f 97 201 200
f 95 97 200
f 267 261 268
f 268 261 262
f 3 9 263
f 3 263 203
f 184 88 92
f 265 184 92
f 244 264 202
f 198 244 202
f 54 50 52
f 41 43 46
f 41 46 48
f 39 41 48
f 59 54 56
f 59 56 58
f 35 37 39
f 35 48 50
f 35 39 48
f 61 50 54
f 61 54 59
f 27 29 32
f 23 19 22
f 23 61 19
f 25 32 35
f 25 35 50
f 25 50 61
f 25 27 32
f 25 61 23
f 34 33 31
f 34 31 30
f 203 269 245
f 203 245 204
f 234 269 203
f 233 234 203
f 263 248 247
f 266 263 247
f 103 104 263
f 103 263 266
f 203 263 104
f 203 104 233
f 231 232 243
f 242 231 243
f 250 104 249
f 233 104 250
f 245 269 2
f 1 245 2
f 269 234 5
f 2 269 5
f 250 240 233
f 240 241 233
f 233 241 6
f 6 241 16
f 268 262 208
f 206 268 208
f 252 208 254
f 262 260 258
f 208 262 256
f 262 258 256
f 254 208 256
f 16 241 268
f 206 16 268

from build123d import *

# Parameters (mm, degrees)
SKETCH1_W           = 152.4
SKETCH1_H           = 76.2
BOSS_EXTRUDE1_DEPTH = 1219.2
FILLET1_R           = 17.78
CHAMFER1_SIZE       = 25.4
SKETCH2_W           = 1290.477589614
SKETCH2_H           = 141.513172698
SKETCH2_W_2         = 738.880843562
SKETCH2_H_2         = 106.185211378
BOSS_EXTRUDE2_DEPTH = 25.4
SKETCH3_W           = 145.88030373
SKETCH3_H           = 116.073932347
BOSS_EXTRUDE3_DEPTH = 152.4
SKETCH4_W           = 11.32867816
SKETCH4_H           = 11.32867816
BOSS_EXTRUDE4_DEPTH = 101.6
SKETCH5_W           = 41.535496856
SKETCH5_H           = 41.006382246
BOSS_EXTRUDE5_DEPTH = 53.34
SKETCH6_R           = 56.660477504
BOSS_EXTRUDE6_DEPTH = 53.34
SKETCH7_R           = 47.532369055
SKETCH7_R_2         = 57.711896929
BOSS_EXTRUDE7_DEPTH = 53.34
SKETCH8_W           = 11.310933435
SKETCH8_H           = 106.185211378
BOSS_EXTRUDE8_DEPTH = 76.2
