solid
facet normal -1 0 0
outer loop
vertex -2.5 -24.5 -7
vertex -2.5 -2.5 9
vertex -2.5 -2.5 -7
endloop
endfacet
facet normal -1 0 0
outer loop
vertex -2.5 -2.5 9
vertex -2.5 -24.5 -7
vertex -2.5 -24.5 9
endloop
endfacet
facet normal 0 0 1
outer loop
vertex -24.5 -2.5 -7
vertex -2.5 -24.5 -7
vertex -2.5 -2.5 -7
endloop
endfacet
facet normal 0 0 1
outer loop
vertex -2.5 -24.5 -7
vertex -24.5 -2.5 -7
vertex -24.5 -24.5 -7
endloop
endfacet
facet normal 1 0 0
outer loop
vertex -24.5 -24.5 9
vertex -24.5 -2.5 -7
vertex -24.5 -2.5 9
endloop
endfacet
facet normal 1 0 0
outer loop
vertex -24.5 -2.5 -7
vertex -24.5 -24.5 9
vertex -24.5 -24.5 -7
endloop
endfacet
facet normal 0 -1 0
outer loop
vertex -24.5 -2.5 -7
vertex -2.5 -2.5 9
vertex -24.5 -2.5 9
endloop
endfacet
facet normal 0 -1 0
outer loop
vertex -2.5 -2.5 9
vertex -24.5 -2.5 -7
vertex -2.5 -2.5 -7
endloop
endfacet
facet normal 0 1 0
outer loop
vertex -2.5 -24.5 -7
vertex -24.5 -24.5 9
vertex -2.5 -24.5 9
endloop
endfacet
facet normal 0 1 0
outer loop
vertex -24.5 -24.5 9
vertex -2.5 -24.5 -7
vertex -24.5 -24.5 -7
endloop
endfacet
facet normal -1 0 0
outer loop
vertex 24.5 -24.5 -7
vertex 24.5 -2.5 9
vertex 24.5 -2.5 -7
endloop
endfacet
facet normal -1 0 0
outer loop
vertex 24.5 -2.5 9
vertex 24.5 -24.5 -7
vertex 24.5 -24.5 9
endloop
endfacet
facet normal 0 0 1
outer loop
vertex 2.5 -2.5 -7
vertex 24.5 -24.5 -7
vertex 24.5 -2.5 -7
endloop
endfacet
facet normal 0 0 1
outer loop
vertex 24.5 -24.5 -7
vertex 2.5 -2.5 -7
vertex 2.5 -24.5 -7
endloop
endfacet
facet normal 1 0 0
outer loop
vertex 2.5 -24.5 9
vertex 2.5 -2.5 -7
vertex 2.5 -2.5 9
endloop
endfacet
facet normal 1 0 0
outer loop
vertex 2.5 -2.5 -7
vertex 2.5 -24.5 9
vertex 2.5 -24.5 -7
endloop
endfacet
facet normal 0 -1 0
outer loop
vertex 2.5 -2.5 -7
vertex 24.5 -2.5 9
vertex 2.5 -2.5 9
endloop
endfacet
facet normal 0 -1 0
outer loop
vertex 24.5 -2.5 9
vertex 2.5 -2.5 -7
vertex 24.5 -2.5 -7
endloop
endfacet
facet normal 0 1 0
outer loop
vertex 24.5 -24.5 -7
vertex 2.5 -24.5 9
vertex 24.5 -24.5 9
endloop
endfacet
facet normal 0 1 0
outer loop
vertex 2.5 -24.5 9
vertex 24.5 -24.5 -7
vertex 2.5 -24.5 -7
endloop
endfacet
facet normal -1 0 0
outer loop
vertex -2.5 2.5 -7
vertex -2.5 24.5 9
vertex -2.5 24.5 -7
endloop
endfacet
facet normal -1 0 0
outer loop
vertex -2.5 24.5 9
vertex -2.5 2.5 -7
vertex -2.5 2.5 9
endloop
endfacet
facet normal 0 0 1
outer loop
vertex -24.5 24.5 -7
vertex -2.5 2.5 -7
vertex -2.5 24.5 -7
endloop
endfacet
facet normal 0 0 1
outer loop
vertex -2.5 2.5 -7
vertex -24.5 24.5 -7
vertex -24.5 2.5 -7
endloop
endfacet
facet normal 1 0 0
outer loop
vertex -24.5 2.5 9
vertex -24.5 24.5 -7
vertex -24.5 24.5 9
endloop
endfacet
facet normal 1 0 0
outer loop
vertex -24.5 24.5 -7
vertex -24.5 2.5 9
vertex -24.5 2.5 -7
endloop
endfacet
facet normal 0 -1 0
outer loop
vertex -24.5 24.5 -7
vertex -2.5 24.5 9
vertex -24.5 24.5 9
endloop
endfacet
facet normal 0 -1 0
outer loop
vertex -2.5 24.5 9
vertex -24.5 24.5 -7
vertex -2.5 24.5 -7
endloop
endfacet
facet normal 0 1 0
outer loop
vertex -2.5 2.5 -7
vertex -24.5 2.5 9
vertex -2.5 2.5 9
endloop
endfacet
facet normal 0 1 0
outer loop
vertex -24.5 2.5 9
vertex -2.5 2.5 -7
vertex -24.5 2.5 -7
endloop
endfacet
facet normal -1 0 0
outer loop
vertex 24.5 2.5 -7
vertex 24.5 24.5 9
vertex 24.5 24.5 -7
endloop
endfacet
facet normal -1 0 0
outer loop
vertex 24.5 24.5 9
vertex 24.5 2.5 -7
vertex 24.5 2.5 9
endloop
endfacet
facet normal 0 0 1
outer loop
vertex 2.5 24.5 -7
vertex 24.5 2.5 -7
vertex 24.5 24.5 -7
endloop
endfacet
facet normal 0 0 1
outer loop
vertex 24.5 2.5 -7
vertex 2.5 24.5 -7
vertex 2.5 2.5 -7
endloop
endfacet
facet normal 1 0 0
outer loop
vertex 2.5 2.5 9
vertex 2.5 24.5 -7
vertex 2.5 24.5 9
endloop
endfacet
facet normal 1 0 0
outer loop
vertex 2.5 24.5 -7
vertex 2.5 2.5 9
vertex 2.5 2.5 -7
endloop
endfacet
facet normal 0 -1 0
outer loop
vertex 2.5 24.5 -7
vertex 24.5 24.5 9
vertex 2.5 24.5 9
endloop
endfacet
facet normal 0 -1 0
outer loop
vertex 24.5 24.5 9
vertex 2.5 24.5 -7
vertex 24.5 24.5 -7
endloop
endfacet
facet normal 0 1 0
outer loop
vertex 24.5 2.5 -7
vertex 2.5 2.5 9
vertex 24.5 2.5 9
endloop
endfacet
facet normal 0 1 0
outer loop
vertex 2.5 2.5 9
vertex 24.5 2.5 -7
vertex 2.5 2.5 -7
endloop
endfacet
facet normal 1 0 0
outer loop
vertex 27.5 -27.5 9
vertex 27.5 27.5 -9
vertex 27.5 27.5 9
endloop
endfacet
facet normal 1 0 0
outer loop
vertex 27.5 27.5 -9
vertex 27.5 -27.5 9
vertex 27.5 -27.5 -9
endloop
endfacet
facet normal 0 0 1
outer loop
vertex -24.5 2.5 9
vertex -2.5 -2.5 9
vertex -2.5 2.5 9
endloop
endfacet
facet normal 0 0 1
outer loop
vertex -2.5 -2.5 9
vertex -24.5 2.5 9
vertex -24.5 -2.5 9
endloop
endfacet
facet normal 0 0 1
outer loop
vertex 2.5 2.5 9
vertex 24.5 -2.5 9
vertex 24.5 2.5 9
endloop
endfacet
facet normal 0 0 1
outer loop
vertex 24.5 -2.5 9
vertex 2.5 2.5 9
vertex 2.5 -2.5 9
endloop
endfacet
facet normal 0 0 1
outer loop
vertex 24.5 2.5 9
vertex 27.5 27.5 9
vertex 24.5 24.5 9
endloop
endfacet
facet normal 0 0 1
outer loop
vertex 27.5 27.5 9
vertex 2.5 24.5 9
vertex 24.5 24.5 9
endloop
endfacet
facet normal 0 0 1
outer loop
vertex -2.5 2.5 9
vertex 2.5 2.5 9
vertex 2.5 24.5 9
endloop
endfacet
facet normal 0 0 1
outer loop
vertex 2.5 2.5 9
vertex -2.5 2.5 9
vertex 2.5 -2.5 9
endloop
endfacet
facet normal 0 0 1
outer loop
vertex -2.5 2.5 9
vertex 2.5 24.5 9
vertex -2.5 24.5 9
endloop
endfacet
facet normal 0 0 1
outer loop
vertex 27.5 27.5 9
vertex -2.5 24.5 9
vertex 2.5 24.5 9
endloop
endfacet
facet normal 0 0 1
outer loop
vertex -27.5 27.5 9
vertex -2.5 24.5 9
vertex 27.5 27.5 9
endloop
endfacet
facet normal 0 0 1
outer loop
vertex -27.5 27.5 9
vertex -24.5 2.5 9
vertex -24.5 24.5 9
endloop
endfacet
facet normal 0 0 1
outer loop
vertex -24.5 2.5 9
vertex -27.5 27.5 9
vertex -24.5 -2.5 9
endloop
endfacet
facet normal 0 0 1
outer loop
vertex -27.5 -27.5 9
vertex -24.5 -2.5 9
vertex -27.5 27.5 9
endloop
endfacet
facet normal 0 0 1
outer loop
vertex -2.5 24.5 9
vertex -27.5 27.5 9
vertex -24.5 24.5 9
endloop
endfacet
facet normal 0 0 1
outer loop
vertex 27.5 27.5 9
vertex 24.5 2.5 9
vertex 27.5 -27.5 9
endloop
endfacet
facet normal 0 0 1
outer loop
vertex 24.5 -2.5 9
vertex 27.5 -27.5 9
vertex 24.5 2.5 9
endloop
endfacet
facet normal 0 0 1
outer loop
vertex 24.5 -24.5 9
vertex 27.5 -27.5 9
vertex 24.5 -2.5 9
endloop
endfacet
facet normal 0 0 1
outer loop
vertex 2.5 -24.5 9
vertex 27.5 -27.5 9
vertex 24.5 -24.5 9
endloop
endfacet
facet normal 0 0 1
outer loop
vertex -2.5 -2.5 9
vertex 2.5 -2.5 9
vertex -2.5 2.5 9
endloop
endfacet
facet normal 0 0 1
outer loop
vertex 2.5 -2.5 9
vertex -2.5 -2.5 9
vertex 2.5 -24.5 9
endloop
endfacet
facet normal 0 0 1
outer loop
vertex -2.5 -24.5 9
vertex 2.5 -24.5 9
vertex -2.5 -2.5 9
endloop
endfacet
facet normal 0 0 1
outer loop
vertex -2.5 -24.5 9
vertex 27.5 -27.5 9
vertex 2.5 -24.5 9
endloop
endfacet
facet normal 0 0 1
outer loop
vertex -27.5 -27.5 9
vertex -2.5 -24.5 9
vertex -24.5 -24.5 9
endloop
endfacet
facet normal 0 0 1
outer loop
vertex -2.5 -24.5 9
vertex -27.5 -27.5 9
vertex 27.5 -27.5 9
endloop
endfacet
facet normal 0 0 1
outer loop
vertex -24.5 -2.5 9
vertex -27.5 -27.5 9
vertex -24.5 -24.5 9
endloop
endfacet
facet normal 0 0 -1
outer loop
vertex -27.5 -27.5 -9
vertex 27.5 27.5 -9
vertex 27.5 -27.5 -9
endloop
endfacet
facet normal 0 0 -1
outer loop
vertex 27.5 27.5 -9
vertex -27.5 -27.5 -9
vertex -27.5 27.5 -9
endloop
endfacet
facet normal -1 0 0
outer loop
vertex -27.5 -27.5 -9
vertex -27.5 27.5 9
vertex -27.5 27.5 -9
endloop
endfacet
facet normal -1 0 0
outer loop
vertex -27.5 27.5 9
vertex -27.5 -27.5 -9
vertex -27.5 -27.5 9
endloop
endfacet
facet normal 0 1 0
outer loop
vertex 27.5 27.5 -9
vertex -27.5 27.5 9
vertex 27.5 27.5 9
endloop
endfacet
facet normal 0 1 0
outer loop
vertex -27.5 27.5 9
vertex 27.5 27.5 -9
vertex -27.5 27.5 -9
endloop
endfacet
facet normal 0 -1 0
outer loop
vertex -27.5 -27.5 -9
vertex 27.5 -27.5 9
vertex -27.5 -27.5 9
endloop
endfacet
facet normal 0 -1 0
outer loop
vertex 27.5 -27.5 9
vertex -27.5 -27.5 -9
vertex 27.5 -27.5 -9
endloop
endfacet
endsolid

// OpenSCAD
$fn = 32;

// ----------------------------------------------------------------------
// Pocket plate 55 x 55 x 18
// 2 x 2 pockets 22 mm square, 16 mm deep
// ----------------------------------------------------------------------

// --- parameters (mm) ---
thickness = 18;  // plate thickness
floor_t = 2;     // material left under each pocket
pocket = 22;     // pocket side length
pitch_x = 27;    // pocket pitch along X
pitch_y = 27;    // pocket pitch along Y
cols = 2;        // pockets per row
rows = 2;        // rows of pockets

// --- derived feature positions (mm) ---
depth = thickness - floor_t;        // = 16   pocket depth, down to the floor
span_x = (cols - 1) * pitch_x;      // = 27   distance between outer pockets
span_y = (rows - 1) * pitch_y;      // = 27   distance between outer pocket rows
origin_x = -span_x / 2;             // = -13.5   X of the first pocket
origin_y = -span_y / 2;             // = -13.5   Y of the first pocket
plate = [span_x + pocket + 6, span_y + pocket + 6, thickness];  // = [55, 55, 18]   overall size: pockets plus 3 mm of wall on each side
feature_centers = [
  [origin_x + 0 * pitch_x, origin_y + 0 * pitch_y],
  [origin_x + 1 * pitch_x, origin_y + 0 * pitch_y],
  [origin_x + 0 * pitch_x, origin_y + 1 * pitch_y],
  [origin_x + 1 * pitch_x, origin_y + 1 * pitch_y]
];   // pocket centres, used verbatim by the cutter loop

// plate outline, then one pocket per centre in feature_centers
difference() {
  cube(plate, center = true);
  for (centre = feature_centers)
    translate([centre[0] - pocket / 2, centre[1] - pocket / 2, plate[2] / 2 - depth])
      cube([pocket, pocket, depth + 1]);  // centred on the declared pocket centre
}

● ● ● ● ● ● ●

Task objective:
Every line from the top of the material above through the line holding "f 252 208 254" should be reproduced word for word, and nothing beyond it.

Response box:
f 97 201 200
f 95 97 200
f 267 261 268
f 268 261 262
f 3 9 263
f 3 263 203
f 184 88 92
f 265 184 92
f 244 264 202
f 198 244 202
f 54 50 52
f 41 43 46
f 41 46 48
f 39 41 48
f 59 54 56
f 59 56 58
f 35 37 39
f 35 48 50
f 35 39 48
f 61 50 54
f 61 54 59
f 27 29 32
f 23 19 22
f 23 61 19
f 25 32 35
f 25 35 50
f 25 50 61
f 25 27 32
f 25 61 23
f 34 33 31
f 34 31 30
f 203 269 245
f 203 245 204
f 234 269 203
f 233 234 203
f 263 248 247
f 266 263 247
f 103 104 263
f 103 263 266
f 203 263 104
f 203 104 233
f 231 232 243
f 242 231 243
f 250 104 249
f 233 104 250
f 245 269 2
f 1 245 2
f 269 234 5
f 2 269 5
f 250 240 233
f 240 241 233
f 233 241 6
f 6 241 16
f 268 262 208
f 206 268 208
f 252 208 254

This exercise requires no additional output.